## What to do
Provide again, from the entries below, every line from the one containing "line L0 (-5.8971, 2.25) -> (-5.8971, -2.25)" through the one containing "A parametric FreeCAD", exactly as written, and no other line.

(Collected data)
·····
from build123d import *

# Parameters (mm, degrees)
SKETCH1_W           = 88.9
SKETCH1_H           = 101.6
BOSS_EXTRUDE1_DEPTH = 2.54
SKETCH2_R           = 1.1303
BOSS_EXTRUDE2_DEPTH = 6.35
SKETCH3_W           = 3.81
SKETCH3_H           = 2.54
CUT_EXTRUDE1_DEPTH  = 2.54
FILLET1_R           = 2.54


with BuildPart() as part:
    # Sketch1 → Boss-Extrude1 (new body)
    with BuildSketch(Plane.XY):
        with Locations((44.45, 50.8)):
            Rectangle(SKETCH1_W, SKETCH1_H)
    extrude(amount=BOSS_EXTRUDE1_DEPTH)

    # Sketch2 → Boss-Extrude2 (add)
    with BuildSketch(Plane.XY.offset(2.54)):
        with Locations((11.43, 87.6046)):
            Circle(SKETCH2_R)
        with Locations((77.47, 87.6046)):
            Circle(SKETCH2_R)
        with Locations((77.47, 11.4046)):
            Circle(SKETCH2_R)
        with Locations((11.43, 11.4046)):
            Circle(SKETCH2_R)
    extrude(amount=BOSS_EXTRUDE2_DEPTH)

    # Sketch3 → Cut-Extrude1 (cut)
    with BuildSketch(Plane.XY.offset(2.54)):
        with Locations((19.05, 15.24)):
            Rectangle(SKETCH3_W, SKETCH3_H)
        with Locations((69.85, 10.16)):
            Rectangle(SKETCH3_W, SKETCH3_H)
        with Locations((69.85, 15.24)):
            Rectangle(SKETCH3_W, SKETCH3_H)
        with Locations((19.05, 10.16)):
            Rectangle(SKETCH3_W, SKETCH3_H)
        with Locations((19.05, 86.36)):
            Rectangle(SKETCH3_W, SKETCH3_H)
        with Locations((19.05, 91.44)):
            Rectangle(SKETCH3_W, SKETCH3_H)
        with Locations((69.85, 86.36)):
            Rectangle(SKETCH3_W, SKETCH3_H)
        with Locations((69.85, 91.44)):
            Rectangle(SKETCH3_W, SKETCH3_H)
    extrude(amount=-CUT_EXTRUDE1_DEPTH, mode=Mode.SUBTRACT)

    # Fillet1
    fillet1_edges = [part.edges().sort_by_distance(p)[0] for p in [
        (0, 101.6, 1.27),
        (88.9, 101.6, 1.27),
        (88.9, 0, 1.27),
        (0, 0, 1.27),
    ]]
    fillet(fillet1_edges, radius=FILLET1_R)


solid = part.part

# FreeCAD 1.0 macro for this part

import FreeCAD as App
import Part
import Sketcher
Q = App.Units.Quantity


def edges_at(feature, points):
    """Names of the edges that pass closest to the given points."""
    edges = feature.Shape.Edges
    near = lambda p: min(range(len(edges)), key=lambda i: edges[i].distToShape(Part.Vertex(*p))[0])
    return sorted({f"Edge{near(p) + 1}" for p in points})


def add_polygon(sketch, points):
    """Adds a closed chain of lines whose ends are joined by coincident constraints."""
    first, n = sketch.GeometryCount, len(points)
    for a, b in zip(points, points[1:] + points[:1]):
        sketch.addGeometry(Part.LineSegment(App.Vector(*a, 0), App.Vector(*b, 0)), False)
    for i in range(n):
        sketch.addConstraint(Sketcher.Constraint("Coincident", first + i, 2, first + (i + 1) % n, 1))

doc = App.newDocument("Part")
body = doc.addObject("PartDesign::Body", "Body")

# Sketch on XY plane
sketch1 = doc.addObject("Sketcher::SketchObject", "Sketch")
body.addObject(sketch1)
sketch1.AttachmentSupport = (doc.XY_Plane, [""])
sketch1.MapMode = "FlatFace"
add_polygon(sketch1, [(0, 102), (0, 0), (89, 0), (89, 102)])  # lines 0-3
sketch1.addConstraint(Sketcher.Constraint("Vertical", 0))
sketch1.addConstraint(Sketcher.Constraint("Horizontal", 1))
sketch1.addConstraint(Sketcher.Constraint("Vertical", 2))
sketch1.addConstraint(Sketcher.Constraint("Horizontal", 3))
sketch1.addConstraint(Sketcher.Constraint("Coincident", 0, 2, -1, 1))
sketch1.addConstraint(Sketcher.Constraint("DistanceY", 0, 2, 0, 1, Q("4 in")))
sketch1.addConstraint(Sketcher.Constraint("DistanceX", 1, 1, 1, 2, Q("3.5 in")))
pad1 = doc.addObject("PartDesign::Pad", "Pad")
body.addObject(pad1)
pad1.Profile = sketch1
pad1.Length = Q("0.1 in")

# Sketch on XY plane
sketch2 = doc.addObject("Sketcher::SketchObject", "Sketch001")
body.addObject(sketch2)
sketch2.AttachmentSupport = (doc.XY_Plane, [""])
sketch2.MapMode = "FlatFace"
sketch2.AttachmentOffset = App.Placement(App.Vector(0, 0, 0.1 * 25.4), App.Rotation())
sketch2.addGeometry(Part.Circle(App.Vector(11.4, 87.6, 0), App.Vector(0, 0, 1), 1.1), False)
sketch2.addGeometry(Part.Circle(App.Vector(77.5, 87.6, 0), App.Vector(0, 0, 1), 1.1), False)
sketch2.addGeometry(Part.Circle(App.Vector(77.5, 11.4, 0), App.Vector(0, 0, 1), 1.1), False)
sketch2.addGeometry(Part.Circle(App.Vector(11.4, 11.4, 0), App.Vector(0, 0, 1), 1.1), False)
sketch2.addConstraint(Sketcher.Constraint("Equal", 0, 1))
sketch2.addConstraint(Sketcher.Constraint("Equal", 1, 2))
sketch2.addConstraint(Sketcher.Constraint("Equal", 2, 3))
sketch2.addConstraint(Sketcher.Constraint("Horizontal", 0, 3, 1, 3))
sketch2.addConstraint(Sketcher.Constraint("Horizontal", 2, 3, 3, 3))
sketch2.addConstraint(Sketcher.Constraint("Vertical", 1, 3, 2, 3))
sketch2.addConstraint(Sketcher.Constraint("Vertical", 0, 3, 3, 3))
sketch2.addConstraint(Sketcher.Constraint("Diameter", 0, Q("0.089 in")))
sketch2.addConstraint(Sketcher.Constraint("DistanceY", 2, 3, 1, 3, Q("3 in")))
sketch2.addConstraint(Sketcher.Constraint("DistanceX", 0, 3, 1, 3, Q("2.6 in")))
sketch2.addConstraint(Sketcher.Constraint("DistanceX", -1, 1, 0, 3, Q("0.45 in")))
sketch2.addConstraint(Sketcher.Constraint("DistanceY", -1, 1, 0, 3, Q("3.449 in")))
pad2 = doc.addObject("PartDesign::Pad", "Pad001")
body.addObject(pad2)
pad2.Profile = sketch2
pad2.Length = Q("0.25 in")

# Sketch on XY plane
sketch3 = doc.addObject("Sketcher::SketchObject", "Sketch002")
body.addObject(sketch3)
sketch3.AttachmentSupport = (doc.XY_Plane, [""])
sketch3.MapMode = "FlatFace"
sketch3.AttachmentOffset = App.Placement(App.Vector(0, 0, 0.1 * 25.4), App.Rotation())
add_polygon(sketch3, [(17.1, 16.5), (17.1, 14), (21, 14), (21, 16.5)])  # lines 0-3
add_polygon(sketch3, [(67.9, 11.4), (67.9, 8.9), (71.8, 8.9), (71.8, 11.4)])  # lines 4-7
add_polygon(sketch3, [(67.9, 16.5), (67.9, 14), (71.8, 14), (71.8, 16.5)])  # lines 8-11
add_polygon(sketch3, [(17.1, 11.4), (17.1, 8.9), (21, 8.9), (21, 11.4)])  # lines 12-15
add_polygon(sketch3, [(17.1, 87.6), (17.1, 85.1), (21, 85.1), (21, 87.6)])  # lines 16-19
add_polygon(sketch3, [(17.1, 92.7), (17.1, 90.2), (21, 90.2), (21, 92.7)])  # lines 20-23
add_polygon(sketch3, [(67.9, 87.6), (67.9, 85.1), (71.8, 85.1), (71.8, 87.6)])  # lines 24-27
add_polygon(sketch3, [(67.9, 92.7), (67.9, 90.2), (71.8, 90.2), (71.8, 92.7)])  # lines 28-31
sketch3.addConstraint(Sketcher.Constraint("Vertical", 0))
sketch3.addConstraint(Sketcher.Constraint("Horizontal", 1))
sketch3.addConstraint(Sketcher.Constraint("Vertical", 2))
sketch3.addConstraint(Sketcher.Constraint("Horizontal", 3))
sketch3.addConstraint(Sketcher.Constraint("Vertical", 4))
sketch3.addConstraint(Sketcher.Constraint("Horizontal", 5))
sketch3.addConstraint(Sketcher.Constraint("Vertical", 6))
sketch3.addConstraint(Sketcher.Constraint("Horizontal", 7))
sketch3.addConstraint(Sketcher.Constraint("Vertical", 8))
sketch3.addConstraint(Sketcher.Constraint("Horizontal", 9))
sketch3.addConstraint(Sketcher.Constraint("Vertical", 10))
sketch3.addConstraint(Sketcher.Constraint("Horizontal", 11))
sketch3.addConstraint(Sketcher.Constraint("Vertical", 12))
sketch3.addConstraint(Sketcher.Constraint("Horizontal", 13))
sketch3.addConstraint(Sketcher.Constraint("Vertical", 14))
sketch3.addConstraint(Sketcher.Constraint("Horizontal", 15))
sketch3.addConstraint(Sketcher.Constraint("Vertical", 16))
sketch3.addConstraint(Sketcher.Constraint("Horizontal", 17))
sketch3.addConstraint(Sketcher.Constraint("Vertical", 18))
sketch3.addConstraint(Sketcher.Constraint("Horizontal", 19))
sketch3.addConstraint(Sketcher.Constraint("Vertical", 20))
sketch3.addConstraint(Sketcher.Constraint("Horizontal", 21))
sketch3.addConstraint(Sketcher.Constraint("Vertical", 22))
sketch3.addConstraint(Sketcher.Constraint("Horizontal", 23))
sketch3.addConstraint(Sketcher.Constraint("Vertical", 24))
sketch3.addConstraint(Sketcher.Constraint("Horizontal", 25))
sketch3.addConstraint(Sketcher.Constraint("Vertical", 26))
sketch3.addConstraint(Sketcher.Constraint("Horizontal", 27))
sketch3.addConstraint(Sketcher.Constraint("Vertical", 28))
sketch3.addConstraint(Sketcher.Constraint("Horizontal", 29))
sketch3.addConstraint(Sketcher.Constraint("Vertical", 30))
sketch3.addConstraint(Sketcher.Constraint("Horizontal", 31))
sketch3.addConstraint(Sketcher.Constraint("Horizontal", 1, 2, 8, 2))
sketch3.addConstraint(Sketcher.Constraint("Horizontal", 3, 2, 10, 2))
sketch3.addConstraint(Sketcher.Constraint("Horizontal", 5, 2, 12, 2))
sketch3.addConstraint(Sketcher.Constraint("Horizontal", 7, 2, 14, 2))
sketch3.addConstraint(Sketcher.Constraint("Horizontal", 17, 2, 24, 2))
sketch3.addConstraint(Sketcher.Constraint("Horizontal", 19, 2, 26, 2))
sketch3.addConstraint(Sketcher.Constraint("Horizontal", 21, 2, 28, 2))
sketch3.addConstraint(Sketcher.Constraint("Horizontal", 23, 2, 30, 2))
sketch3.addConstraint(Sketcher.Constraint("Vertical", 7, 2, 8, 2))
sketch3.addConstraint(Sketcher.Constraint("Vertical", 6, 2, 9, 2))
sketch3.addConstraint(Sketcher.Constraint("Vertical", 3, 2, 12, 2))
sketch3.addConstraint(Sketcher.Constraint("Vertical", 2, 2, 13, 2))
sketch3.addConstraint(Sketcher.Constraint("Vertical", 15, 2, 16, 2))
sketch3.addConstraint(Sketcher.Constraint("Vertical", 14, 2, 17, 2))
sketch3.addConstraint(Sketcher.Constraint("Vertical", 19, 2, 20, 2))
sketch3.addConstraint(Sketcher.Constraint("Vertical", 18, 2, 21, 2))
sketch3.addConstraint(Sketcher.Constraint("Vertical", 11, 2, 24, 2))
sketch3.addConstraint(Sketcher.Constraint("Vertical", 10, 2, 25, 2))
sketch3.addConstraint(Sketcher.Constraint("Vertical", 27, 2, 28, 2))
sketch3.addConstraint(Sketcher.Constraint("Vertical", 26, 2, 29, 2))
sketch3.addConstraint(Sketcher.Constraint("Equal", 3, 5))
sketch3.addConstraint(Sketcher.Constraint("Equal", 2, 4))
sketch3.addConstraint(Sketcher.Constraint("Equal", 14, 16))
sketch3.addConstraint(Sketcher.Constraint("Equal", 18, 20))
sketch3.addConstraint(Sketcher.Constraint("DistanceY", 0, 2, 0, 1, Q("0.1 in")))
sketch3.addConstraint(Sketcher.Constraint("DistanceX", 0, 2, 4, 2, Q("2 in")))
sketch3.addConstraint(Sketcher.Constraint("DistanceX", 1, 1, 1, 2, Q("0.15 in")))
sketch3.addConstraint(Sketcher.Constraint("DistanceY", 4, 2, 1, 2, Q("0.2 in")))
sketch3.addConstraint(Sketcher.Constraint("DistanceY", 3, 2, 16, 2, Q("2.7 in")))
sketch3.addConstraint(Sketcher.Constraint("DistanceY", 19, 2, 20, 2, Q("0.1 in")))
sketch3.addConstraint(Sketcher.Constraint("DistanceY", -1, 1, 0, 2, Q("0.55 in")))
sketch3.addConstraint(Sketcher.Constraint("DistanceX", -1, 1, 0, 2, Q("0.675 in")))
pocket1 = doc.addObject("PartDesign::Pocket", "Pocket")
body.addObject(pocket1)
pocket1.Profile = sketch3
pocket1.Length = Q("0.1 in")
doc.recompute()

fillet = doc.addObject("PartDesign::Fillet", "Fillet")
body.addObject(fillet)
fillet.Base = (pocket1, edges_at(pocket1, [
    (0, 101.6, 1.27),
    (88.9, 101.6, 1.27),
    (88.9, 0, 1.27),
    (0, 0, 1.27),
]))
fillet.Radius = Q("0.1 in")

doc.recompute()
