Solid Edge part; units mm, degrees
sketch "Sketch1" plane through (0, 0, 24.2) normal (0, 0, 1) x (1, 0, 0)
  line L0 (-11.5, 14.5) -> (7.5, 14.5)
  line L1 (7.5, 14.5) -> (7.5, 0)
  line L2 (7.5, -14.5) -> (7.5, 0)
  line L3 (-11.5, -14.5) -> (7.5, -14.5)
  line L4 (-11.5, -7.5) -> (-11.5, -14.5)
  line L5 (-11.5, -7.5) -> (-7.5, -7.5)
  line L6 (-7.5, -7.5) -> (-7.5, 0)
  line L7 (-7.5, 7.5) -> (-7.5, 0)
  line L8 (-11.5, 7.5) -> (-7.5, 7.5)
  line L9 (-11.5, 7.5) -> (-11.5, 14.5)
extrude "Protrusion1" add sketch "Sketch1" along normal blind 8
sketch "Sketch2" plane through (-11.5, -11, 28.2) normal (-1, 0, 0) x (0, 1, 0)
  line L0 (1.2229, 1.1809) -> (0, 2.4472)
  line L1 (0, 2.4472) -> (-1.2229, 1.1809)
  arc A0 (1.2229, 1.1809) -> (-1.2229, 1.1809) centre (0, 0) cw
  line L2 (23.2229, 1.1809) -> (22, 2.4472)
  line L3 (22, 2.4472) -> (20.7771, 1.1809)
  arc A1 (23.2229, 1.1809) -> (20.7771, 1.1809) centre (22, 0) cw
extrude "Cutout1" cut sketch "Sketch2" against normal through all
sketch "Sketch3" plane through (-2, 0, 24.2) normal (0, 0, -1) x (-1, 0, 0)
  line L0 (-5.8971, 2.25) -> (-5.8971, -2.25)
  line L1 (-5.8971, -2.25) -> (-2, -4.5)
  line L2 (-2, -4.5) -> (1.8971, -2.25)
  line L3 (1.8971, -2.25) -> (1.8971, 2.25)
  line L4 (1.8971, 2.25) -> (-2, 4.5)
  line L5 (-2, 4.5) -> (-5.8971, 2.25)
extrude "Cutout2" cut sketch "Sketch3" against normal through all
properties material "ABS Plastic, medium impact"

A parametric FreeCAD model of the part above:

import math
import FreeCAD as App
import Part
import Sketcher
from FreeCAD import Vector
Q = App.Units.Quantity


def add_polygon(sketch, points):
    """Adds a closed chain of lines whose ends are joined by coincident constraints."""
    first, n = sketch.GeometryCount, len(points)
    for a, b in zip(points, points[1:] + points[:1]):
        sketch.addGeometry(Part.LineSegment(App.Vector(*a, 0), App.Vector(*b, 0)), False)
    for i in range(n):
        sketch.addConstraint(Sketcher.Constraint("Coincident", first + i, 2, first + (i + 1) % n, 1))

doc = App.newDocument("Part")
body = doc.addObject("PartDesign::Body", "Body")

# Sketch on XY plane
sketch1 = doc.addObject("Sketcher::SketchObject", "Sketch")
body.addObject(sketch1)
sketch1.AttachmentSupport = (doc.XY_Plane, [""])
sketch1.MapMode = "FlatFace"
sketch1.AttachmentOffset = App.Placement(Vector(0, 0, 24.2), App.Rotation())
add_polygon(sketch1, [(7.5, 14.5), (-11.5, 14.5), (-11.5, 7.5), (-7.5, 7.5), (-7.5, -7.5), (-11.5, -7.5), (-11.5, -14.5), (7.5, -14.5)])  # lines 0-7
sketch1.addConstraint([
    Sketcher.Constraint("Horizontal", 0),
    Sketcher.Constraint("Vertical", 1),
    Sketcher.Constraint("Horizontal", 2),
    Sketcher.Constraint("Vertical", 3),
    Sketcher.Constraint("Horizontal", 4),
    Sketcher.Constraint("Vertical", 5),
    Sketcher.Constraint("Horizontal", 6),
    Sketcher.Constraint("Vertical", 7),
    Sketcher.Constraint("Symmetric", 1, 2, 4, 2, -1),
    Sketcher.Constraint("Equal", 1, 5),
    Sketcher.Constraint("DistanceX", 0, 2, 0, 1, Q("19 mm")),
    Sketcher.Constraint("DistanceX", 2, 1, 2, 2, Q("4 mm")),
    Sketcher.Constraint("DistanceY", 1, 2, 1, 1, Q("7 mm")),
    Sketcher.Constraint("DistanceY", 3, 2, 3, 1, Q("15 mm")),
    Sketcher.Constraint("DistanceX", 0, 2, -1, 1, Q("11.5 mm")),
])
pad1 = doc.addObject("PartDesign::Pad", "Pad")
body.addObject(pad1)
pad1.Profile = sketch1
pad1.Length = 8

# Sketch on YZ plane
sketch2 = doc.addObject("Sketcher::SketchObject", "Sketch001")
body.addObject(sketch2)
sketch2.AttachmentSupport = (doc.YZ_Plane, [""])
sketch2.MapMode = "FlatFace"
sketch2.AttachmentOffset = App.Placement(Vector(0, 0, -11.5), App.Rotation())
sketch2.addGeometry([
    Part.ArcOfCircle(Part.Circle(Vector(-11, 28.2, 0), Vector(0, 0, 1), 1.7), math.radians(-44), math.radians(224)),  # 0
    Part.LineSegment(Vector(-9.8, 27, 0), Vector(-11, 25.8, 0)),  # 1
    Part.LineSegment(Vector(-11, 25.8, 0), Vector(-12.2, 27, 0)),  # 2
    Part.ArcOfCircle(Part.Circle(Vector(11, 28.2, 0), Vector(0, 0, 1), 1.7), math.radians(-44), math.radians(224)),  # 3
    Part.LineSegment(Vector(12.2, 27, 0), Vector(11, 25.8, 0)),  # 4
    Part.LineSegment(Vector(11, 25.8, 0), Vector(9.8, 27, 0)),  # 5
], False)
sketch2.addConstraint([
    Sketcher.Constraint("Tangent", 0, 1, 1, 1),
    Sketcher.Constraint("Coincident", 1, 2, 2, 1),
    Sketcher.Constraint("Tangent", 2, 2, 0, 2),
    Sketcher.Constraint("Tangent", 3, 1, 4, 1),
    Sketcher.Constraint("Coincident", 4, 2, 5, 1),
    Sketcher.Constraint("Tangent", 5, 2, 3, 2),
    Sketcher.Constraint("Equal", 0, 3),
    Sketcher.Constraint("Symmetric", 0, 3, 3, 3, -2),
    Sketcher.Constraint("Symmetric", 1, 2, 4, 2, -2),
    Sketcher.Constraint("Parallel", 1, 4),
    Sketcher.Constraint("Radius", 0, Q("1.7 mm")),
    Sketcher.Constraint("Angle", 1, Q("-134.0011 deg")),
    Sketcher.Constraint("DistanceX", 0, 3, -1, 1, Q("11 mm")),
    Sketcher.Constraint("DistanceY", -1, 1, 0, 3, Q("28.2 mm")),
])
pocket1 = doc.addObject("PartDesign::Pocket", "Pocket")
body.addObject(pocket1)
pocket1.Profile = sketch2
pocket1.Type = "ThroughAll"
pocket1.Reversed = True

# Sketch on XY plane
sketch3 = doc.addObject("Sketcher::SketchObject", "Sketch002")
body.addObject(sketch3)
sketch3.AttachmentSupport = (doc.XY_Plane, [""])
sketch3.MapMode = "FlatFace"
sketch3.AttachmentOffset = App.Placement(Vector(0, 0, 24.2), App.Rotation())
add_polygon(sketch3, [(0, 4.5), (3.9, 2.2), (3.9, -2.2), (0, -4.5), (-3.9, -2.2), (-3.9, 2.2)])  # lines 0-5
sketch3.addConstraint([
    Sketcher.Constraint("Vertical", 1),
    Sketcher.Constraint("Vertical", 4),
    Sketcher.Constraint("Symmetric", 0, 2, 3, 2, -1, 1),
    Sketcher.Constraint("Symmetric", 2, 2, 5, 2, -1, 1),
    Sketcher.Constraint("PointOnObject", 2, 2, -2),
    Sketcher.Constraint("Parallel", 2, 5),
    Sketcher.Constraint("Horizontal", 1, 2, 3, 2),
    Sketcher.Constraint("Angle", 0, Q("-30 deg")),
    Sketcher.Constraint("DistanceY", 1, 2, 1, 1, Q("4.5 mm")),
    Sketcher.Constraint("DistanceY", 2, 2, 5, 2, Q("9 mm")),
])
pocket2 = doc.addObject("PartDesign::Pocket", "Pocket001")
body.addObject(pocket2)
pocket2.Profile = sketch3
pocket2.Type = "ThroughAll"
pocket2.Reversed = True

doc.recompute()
·····
## Your response
  line L0 (-5.8971, 2.25) -> (-5.8971, -2.25)
  line L1 (-5.8971, -2.25) -> (-2, -4.5)
  line L2 (-2, -4.5) -> (1.8971, -2.25)
  line L3 (1.8971, -2.25) -> (1.8971, 2.25)
  line L4 (1.8971, 2.25) -> (-2, 4.5)
  line L5 (-2, 4.5) -> (-5.8971, 2.25)
extrude "Cutout2" cut sketch "Sketch3" against normal through all
properties material "ABS Plastic, medium impact"

A parametric FreeCAD model of the part above:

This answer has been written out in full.